While this lack of mass shootings could be due somewhat to the effect of a legal system that may deal harshly with criminal use of firearms more importantly, says Philippine academic Raymund Narag, an Associate Professor at Southern Illinois University, are the powerful social factors that have a restraining effect on indiscriminate violence. They are deterred in part by hiyâ. It is a Tagalog word meaning shame or embarrassment and avoiding it and sparing one’s family and community from it is often described as a core Philippine value. The idea that someone would engage in such behavior of random wanton violence would be seen as unconscionable and a source of shame that shouldn’t be visited on the family, friends, and community of a potential shooter. As with other Asian cultures, the importance of society and culture at large are paramount and the ties to society and cultural are not to be overridden by the individual self. Narang says the strong ties of Philippine kinship means troubled individuals are more likely to be identified before they become mass shooters. In the US “if you have a problem you are expected to go seek out a mental health professional,” though it entails stigma, access difficulty and financial burden, and “are expected to divulge everything there. You don’t talk to your neighbors or your parents (because the US doesn’t have an engaged culture) where one’s problem is everyone’s problem.” Jose Clemente, a professor of social psychology at the University of the Philippines, says the difference in his country is that community is everything.  “At an early age we are taught to value our families and our relationships” and that that extends on to valuing their communities and developing close-knit relationships. This then makes avoiding hiyâ an important component of being a member of society.

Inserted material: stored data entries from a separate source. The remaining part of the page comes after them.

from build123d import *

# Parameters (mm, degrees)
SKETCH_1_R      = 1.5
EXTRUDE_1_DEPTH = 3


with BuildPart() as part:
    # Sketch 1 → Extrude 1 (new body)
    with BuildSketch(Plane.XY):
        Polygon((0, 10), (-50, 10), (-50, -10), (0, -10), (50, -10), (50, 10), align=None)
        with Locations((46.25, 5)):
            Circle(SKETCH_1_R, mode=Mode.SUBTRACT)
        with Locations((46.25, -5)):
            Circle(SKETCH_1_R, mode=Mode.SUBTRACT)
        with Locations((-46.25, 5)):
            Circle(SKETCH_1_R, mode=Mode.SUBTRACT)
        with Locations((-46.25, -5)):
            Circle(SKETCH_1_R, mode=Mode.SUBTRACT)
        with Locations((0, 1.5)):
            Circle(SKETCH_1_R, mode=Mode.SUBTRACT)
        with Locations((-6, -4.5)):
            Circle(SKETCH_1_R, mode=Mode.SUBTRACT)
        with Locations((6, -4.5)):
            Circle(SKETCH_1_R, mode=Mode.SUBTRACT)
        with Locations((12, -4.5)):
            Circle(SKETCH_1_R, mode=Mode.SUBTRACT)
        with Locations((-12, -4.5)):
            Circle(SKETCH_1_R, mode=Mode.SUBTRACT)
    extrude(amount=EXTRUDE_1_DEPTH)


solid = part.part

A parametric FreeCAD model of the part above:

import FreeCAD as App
import Part
import Sketcher

V = App.Vector


def add_polygon(sketch, points):
    """Adds a closed chain of lines whose ends are joined by coincident constraints."""
    first, n = sketch.GeometryCount, len(points)
    for a, b in zip(points, points[1:] + points[:1]):
        sketch.addGeometry(Part.LineSegment(App.Vector(*a, 0), App.Vector(*b, 0)), False)
    for i in range(n):
        sketch.addConstraint(Sketcher.Constraint("Coincident", first + i, 2, first + (i + 1) % n, 1))

doc = App.newDocument("Part")
body = doc.addObject("PartDesign::Body", "Body")

# Sketch on XY plane
sketch1 = doc.addObject("Sketcher::SketchObject", "Sketch")
body.addObject(sketch1)
sketch1.AttachmentSupport = (doc.XY_Plane, [""])
sketch1.MapMode = "FlatFace"
add_polygon(sketch1, [(-50, 10), (-50, -10), (50, -10), (50, 10)])  # lines 0-3
sketch1.addGeometry(Part.Circle(V(-46.25, -5, 0), V(0, 0, 1), 1.5), False)  # 4
sketch1.addGeometry(Part.Circle(V(-12, -4.5, 0), V(0, 0, 1), 1.5), False)  # 5
sketch1.addGeometry(Part.Circle(V(-6, -4.5, 0), V(0, 0, 1), 1.5), False)  # 6
sketch1.addGeometry(Part.Circle(V(6, -4.5, 0), V(0, 0, 1), 1.5), False)  # 7
sketch1.addGeometry(Part.Circle(V(12, -4.5, 0), V(0, 0, 1), 1.5), False)  # 8
sketch1.addGeometry(Part.Circle(V(46.25, -5, 0), V(0, 0, 1), 1.5), False)  # 9
sketch1.addGeometry(Part.Circle(V(-46.25, 5, 0), V(0, 0, 1), 1.5), False)  # 10
sketch1.addGeometry(Part.Circle(V(0, 1.5, 0), V(0, 0, 1), 1.5), False)  # 11
sketch1.addGeometry(Part.Circle(V(46.25, 5, 0), V(0, 0, 1), 1.5), False)  # 12
sketch1.addConstraint([
    Sketcher.Constraint("Vertical", 0),
    Sketcher.Constraint("Horizontal", 1),
    Sketcher.Constraint("Vertical", 2),
    Sketcher.Constraint("Horizontal", 3),
    Sketcher.Constraint("Equal", 4, 5),
    Sketcher.Constraint("Equal", 5, 6),
    Sketcher.Constraint("Equal", 6, 7),
    Sketcher.Constraint("Equal", 7, 8),
    Sketcher.Constraint("Equal", 8, 9),
    Sketcher.Constraint("Equal", 9, 10),
    Sketcher.Constraint("Equal", 10, 11),
    Sketcher.Constraint("Equal", 11, 12),
    Sketcher.Constraint("Symmetric", 9, 3, 10, 3, -1, 1),
    Sketcher.Constraint("Symmetric", 4, 3, 12, 3, -1, 1),
    Sketcher.Constraint("Symmetric", 0, 2, 2, 2, -1, 1),
    Sketcher.Constraint("Symmetric", 6, 3, 7, 3, -2),
    Sketcher.Constraint("Symmetric", 5, 3, 8, 3, -2),
    Sketcher.Constraint("Symmetric", 4, 3, 9, 3, -2),
    Sketcher.Constraint("PointOnObject", 11, 3, -2),
    Sketcher.Constraint("Horizontal", 5, 3, 6, 3),
    Sketcher.Constraint("Diameter", 4, 3.0),
    Sketcher.Constraint("DistanceX", 1, 1, 1, 2, 100.0),
    Sketcher.Constraint("DistanceY", 0, 2, 0, 1, 20.0),
    Sketcher.Constraint("DistanceY", 4, 3, -1, 1, 5.0),
    Sketcher.Constraint("DistanceX", 5, 3, -1, 1, 12.0),
    Sketcher.Constraint("DistanceX", 6, 3, -1, 1, 6.0),
    Sketcher.Constraint("DistanceY", 6, 3, 11, 3, 6.0),
    Sketcher.Constraint("DistanceY", 5, 3, -1, 1, 4.5),
    Sketcher.Constraint("DistanceX", 4, 3, 9, 3, 92.5),
])
pad1 = doc.addObject("PartDesign::Pad", "Pad")
body.addObject(pad1)
pad1.Profile = sketch1
pad1.Length = 3

doc.recompute()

In looking at mental health issues in this country, the idea of community and society and what is acceptable needs greater reinforcement at a younger age, holding individuals responsible for their effect on society as part of that society, and building those close-knit relationships that act as a form of social control rather than leaving individuals to suffer from anomie,  adrift in a society they have weak or distorted connections to. Attention seeking through social media is no substitute for real community connections and a lack of accountability that encompasses more than what is offered by the legal system can lead individuals to have a distorted view of self and community. Trying to fix the problems of a disturbed individual on the cusp of committing violence with a deficient mental health system is a too little too late response. Rather, instilling a sense of community, personal responsibility, and the importance of real life connections to others at a young age may be a more effective response to dealing with the problem of mass shootings.